• [Required action]
Write out the entries below exactly. End with the line that contains "solid = f1.part".

• [Records shown]
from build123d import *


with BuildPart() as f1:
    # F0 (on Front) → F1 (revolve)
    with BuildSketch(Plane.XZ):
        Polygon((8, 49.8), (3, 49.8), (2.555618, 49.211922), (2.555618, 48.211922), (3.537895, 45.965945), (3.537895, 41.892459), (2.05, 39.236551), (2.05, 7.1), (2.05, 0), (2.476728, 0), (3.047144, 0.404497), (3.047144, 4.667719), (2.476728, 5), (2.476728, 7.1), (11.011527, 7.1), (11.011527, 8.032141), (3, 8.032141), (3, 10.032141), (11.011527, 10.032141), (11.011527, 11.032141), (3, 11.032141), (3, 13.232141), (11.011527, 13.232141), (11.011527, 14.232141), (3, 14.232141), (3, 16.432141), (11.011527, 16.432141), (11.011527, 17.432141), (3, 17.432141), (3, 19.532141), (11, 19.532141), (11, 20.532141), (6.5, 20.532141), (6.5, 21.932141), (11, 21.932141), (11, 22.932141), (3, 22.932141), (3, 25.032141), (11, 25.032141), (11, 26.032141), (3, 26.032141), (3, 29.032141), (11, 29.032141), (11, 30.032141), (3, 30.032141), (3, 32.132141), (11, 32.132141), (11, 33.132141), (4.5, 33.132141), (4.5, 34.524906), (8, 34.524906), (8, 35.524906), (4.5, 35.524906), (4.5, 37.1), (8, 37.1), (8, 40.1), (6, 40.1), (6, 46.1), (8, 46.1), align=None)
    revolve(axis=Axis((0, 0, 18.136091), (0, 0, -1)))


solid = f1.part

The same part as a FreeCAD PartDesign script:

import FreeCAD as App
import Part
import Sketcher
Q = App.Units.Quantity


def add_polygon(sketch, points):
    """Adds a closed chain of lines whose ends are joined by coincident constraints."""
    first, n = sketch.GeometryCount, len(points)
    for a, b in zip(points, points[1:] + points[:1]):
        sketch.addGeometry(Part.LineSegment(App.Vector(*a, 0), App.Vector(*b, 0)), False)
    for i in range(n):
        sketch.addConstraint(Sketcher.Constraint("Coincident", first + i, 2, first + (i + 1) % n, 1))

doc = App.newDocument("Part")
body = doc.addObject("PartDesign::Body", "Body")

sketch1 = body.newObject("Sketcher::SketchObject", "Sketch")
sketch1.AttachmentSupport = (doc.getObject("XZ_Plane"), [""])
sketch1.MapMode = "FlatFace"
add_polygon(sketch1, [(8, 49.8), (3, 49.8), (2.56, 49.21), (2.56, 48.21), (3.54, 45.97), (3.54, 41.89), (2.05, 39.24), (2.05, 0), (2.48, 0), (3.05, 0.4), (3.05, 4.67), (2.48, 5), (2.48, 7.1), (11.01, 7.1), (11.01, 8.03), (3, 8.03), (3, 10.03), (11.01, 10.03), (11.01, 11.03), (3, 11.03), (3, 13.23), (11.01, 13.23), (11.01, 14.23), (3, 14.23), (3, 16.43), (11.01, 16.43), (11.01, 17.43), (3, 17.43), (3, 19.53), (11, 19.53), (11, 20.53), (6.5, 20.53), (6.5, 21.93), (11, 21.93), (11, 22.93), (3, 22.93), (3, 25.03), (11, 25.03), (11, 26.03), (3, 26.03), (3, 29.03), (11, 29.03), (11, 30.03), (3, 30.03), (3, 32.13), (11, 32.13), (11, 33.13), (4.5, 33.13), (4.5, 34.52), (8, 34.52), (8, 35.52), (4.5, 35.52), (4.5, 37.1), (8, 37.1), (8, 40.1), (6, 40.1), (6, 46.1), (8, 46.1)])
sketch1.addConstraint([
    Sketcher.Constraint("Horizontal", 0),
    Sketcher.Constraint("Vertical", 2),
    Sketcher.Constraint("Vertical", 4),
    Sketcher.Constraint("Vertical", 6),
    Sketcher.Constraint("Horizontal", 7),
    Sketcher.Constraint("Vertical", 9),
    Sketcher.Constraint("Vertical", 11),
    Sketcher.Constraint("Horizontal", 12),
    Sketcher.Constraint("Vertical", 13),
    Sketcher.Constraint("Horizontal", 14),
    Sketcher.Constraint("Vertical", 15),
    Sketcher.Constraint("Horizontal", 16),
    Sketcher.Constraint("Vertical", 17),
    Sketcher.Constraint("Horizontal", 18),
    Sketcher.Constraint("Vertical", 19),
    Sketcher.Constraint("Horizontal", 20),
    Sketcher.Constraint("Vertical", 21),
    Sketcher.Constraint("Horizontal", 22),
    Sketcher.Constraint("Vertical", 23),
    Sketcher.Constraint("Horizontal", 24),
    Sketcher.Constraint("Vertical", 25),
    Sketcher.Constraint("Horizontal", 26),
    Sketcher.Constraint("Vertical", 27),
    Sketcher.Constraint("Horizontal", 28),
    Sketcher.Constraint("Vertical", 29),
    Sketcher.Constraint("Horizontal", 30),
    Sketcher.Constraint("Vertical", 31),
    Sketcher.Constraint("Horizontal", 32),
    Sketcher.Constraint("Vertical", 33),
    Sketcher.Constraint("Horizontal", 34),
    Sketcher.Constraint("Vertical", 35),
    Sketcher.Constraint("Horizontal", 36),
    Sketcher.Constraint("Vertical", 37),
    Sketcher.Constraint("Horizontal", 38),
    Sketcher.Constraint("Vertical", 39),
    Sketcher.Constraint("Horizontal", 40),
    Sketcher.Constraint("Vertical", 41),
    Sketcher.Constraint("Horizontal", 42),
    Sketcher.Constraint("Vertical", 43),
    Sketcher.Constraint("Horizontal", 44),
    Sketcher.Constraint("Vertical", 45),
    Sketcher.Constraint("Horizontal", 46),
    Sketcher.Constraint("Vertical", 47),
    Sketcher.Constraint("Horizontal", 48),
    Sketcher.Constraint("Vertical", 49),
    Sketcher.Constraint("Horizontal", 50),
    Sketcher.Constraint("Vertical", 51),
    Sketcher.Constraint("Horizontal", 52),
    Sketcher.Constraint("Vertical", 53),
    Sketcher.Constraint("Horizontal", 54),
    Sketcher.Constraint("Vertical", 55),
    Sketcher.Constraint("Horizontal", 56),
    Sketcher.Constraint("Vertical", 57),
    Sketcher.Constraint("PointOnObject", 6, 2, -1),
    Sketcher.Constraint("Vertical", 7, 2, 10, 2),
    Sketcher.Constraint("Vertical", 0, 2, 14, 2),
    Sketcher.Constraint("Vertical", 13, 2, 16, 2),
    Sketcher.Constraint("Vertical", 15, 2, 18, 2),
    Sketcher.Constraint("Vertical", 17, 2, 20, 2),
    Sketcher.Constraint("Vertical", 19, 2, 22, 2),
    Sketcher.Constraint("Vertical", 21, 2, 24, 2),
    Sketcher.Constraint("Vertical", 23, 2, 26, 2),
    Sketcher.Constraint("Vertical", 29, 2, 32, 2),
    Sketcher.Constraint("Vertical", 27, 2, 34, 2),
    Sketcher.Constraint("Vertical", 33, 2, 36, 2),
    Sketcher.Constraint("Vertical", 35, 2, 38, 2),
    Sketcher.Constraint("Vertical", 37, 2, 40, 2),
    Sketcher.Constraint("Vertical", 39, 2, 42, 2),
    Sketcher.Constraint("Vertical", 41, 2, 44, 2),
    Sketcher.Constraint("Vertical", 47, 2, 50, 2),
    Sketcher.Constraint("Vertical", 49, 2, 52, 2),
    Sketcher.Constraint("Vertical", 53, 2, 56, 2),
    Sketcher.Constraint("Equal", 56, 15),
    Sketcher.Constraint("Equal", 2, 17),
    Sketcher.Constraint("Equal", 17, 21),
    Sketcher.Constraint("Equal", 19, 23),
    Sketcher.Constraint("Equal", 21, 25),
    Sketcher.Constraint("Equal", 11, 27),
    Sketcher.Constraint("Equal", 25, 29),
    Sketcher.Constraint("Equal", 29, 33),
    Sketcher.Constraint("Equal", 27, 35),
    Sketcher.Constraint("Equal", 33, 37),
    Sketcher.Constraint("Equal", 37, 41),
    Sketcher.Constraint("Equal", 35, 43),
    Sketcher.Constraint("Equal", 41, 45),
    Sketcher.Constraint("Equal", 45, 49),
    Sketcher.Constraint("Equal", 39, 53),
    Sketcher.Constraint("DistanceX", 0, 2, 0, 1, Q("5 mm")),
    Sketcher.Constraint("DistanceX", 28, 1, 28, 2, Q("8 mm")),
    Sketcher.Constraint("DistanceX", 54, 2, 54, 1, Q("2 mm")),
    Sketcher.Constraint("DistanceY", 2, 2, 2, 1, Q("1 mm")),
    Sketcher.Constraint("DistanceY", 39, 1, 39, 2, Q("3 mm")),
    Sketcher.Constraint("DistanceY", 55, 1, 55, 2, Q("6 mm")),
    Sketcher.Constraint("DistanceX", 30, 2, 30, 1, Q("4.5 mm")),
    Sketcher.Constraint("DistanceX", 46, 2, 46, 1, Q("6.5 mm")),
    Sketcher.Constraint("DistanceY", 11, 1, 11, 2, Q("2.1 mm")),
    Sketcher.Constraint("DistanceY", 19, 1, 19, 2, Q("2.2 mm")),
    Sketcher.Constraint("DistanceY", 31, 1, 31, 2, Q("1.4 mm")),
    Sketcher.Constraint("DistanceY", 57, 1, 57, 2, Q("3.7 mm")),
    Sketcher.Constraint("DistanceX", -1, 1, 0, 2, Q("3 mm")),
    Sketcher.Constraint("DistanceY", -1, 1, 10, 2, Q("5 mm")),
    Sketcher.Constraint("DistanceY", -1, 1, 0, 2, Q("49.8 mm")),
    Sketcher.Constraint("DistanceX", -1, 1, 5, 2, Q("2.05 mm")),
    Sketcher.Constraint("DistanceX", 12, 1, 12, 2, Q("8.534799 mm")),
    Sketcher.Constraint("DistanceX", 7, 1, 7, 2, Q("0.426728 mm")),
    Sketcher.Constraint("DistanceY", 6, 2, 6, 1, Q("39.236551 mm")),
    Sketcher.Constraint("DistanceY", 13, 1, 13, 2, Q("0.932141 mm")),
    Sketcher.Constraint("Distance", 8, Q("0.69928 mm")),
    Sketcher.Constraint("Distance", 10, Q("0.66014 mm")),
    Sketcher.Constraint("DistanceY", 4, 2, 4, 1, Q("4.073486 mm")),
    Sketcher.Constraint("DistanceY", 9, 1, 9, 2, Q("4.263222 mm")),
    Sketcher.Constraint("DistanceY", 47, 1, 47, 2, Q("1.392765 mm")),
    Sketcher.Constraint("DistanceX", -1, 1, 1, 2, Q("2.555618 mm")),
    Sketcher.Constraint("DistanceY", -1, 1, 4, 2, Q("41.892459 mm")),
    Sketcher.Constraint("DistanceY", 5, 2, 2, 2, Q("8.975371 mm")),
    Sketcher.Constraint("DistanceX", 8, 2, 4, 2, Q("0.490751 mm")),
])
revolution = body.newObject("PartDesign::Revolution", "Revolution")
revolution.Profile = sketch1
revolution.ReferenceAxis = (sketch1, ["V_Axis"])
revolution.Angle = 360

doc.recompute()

• [Task solution]
from build123d import *


with BuildPart() as f1:
    # F0 (on Front) → F1 (revolve)
    with BuildSketch(Plane.XZ):
        Polygon((8, 49.8), (3, 49.8), (2.555618, 49.211922), (2.555618, 48.211922), (3.537895, 45.965945), (3.537895, 41.892459), (2.05, 39.236551), (2.05, 7.1), (2.05, 0), (2.476728, 0), (3.047144, 0.404497), (3.047144, 4.667719), (2.476728, 5), (2.476728, 7.1), (11.011527, 7.1), (11.011527, 8.032141), (3, 8.032141), (3, 10.032141), (11.011527, 10.032141), (11.011527, 11.032141), (3, 11.032141), (3, 13.232141), (11.011527, 13.232141), (11.011527, 14.232141), (3, 14.232141), (3, 16.432141), (11.011527, 16.432141), (11.011527, 17.432141), (3, 17.432141), (3, 19.532141), (11, 19.532141), (11, 20.532141), (6.5, 20.532141), (6.5, 21.932141), (11, 21.932141), (11, 22.932141), (3, 22.932141), (3, 25.032141), (11, 25.032141), (11, 26.032141), (3, 26.032141), (3, 29.032141), (11, 29.032141), (11, 30.032141), (3, 30.032141), (3, 32.132141), (11, 32.132141), (11, 33.132141), (4.5, 33.132141), (4.5, 34.524906), (8, 34.524906), (8, 35.524906), (4.5, 35.524906), (4.5, 37.1), (8, 37.1), (8, 40.1), (6, 40.1), (6, 46.1), (8, 46.1), align=None)
    revolve(axis=Axis((0, 0, 18.136091), (0, 0, -1)))


solid = f1.part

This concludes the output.